Secondly, while the ctrl package is definitely tricky, I don't think it is too much to ask a user to change a weight file when switching from performing an optimization experiment to a sensitivity analysis experiment (for instance). After all they are conducting completely different experiments, and I don't think it's too much to ask for different inputs for different functionality.

But no matter what, I think that the key is to make sure that whatever the behavior is, it is documented. Right now, there is no documentation regarding what happens during the scaling operation for when a grid cell value is zero. The docs simply state that

If noscaling is false, the control adjustment is scaled by one on the square root of the weight before being added to the base control variable; if noscaling is true, the control is multiplied by the weight in the cost function itself.

which, the latter part could be confusing to anyone new to the code - even I had to look at ctrl_cost_driver and ctrl_cost_gen to refresh myself on what that truly implies!

@antnguyen13
Copy link
Collaborator Author

@timothyas I think the way the code has been (and is now with my mod), we set where xx = 0 differently depending on whether we use doscaling=.true. or .false. . So, one way i can at least make it doing the same thing that is more simple that dealing with the question of what "doscaling" means is to create two separate loops: the first one simply check where weights = 0, and set xx = 0. Then we enter the loop for doscaling , and if weights is nonzero, we scale xx. this way we do not need to re-set xx=0 again given it has gone through the first loop.
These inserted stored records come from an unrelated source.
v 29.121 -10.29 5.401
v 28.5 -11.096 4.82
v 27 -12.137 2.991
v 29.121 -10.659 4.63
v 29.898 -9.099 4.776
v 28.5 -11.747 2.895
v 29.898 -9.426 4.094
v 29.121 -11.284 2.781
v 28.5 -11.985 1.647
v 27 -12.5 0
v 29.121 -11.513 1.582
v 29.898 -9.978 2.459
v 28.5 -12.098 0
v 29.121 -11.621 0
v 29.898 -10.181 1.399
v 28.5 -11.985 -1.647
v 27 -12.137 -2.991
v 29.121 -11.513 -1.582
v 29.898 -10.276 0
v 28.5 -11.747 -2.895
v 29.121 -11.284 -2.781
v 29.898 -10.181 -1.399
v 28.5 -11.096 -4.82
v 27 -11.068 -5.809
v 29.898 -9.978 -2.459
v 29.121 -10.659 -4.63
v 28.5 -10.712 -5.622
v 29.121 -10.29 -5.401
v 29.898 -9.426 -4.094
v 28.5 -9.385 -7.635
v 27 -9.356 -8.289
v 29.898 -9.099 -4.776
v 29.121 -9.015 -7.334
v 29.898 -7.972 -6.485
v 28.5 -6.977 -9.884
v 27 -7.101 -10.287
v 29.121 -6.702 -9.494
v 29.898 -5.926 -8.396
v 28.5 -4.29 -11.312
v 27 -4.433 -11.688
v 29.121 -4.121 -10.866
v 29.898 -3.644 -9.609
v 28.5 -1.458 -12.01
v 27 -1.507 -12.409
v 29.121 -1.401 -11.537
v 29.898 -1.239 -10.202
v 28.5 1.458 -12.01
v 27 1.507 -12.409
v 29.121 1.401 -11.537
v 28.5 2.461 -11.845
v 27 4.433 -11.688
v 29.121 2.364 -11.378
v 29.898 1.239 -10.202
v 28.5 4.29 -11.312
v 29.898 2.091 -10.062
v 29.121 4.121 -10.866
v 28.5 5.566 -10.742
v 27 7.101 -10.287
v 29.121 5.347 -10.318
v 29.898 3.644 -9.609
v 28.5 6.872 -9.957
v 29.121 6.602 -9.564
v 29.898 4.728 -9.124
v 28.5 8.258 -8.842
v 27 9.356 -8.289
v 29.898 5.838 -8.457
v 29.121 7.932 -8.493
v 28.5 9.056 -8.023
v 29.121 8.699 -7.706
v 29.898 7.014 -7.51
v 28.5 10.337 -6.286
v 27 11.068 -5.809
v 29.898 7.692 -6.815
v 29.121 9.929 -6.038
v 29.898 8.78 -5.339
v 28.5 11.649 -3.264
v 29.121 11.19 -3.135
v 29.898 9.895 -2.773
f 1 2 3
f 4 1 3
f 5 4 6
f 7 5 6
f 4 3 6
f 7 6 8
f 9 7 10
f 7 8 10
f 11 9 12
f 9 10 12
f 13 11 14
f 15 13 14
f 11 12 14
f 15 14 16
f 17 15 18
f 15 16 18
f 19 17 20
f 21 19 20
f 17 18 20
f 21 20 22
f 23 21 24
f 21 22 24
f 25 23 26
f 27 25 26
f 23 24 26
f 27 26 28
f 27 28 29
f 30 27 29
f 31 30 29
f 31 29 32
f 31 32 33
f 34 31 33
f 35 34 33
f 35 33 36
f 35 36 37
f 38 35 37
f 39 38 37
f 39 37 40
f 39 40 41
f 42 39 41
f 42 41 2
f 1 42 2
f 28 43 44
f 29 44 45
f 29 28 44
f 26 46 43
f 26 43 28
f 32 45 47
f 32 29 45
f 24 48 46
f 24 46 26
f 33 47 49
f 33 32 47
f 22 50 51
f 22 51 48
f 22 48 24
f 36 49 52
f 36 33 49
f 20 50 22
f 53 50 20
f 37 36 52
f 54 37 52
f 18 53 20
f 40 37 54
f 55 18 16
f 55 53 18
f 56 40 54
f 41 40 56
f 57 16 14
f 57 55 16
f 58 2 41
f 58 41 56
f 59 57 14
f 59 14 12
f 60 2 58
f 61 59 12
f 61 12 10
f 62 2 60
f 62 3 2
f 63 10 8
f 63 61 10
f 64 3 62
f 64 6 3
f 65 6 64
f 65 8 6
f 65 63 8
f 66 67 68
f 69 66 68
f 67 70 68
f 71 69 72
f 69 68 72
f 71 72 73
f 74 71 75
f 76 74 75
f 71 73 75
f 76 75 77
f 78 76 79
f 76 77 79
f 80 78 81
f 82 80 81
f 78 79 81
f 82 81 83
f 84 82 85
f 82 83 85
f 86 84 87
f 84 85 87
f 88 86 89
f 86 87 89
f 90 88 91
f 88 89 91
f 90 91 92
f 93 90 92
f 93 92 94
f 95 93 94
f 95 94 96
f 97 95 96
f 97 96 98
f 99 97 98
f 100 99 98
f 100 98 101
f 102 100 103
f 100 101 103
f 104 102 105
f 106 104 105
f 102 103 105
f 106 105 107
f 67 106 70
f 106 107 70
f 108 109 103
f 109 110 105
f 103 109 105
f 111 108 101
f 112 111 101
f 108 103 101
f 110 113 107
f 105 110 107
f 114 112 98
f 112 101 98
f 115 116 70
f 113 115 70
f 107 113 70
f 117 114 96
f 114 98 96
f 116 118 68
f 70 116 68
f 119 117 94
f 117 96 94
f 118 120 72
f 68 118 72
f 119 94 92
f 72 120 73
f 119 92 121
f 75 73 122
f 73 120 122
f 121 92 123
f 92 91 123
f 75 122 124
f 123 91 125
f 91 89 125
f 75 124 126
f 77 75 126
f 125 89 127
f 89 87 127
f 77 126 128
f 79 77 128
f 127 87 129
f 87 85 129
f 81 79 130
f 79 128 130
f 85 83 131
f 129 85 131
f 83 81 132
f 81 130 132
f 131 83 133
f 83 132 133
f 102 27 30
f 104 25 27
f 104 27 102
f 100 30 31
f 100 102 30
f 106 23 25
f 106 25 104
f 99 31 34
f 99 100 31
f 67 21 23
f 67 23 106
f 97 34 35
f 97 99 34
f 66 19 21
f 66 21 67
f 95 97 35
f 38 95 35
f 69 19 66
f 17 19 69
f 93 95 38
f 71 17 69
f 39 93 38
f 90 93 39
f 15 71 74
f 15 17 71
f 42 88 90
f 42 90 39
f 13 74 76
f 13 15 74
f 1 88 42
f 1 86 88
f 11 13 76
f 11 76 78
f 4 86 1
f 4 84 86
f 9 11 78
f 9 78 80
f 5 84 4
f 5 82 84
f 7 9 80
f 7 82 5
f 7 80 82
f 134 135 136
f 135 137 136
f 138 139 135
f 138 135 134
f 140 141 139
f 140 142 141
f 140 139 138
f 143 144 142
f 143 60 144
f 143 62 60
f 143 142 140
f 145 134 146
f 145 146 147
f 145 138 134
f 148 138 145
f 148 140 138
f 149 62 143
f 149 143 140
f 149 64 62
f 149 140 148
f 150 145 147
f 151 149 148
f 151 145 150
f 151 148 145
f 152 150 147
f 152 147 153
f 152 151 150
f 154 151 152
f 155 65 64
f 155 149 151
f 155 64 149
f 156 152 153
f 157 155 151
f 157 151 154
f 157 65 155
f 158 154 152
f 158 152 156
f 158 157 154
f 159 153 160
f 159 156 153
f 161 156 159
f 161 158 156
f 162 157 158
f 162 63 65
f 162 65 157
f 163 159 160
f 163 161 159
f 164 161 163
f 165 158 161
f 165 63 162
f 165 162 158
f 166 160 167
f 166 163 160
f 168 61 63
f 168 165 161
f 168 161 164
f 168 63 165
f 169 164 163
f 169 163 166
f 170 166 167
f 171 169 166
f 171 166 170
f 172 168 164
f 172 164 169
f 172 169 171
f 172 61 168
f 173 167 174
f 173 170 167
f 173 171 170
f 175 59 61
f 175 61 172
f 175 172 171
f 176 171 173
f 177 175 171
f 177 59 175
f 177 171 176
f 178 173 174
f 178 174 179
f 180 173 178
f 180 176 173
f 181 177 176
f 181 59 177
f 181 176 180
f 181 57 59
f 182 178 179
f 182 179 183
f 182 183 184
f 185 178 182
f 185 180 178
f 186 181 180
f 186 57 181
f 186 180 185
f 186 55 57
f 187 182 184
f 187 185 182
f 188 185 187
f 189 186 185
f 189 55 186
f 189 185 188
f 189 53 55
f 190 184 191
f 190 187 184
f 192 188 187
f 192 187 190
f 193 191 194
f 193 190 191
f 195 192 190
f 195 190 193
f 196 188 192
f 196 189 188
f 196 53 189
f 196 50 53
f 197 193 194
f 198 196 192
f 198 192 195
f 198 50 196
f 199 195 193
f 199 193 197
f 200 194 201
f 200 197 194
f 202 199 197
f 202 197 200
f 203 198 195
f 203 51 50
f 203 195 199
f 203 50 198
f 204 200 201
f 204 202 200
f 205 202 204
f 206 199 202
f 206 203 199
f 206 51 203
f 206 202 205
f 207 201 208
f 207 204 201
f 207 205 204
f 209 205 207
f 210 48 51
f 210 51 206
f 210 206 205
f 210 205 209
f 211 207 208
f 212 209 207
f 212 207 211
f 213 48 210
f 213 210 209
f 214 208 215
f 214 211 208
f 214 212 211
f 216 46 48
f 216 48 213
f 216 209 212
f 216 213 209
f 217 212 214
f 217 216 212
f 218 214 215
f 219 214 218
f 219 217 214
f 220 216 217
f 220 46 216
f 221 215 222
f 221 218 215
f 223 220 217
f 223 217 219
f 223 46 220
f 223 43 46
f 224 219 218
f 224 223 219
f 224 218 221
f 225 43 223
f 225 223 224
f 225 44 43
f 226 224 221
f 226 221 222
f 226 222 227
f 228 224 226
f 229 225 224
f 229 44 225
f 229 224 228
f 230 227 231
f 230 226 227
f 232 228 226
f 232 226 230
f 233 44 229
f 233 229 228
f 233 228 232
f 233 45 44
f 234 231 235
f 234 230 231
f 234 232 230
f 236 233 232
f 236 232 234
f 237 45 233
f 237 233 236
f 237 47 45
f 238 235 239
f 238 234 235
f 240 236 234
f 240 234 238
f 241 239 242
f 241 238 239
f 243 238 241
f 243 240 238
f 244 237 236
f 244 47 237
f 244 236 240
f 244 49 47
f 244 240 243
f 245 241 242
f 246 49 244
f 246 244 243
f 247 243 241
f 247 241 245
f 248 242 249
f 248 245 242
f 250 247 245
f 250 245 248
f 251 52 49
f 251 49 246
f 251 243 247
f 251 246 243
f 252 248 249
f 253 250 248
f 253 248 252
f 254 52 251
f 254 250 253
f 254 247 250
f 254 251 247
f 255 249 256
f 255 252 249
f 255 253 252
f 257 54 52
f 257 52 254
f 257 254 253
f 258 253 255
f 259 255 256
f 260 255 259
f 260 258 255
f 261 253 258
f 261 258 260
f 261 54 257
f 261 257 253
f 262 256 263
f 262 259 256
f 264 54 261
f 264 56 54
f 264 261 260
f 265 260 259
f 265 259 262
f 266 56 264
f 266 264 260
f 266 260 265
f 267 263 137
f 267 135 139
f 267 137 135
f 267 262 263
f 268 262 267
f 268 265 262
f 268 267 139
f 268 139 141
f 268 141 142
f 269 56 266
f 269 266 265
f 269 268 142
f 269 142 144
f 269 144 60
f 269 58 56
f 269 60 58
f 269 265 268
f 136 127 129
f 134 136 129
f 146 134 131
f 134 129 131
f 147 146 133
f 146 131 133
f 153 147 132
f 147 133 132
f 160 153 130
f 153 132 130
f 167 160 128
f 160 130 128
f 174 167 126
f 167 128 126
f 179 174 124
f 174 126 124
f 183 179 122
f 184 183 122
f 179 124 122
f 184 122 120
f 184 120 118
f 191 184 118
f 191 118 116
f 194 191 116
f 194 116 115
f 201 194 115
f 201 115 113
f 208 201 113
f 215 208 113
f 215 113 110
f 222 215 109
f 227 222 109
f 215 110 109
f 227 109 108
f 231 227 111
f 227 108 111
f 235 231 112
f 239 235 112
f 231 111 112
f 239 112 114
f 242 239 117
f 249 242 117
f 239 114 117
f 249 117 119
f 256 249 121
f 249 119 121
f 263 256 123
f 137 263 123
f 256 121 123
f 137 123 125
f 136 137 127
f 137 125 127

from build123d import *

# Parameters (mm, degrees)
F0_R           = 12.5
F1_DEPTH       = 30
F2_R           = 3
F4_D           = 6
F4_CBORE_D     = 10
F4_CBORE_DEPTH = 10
That's at least a clean way i can think of to tell the user they're using "weights" to set the mask, but outside of conditional doscaling.

@mjlosch
Copy link
Member

mjlosch commented Dec 13, 2022

I tried to understand, what the doscaling parameter does (by default doscaling=T, if you set xx_gen_preproc as 'no scaling', the default is changed to doscaling=F). Correct me if I am wrong:

if (doscaling): 
   xx_scaled = xx/sqrt(w)
   new_var = var + xx_scaled
else: 
   new_var = var + xx

if (dodimensionalcost=.not. doscaling): cf_xx = xx**2 / w
else: cf_xx = xx_scaled*2

so that in both cases cf_xx = xx**2/w. If the "weight" w contains zero, this still holds. I have these observations:

  1. the name "weight" is not intuitive to me, as that implies to me xx**2 * w and not divided by w, but OK
  2. scaling the control variable (and the gradient vector consistently) makes sense to me, if you want to improve the an ill-conditioned problem, and here this is done in a way that relies on TAF to sort it out properly. E.g. if w>1, xx will become smaller and in the AD code adxx is also scaled like this adxx/sqrt(w), which reduces the gradient. Is this what we want?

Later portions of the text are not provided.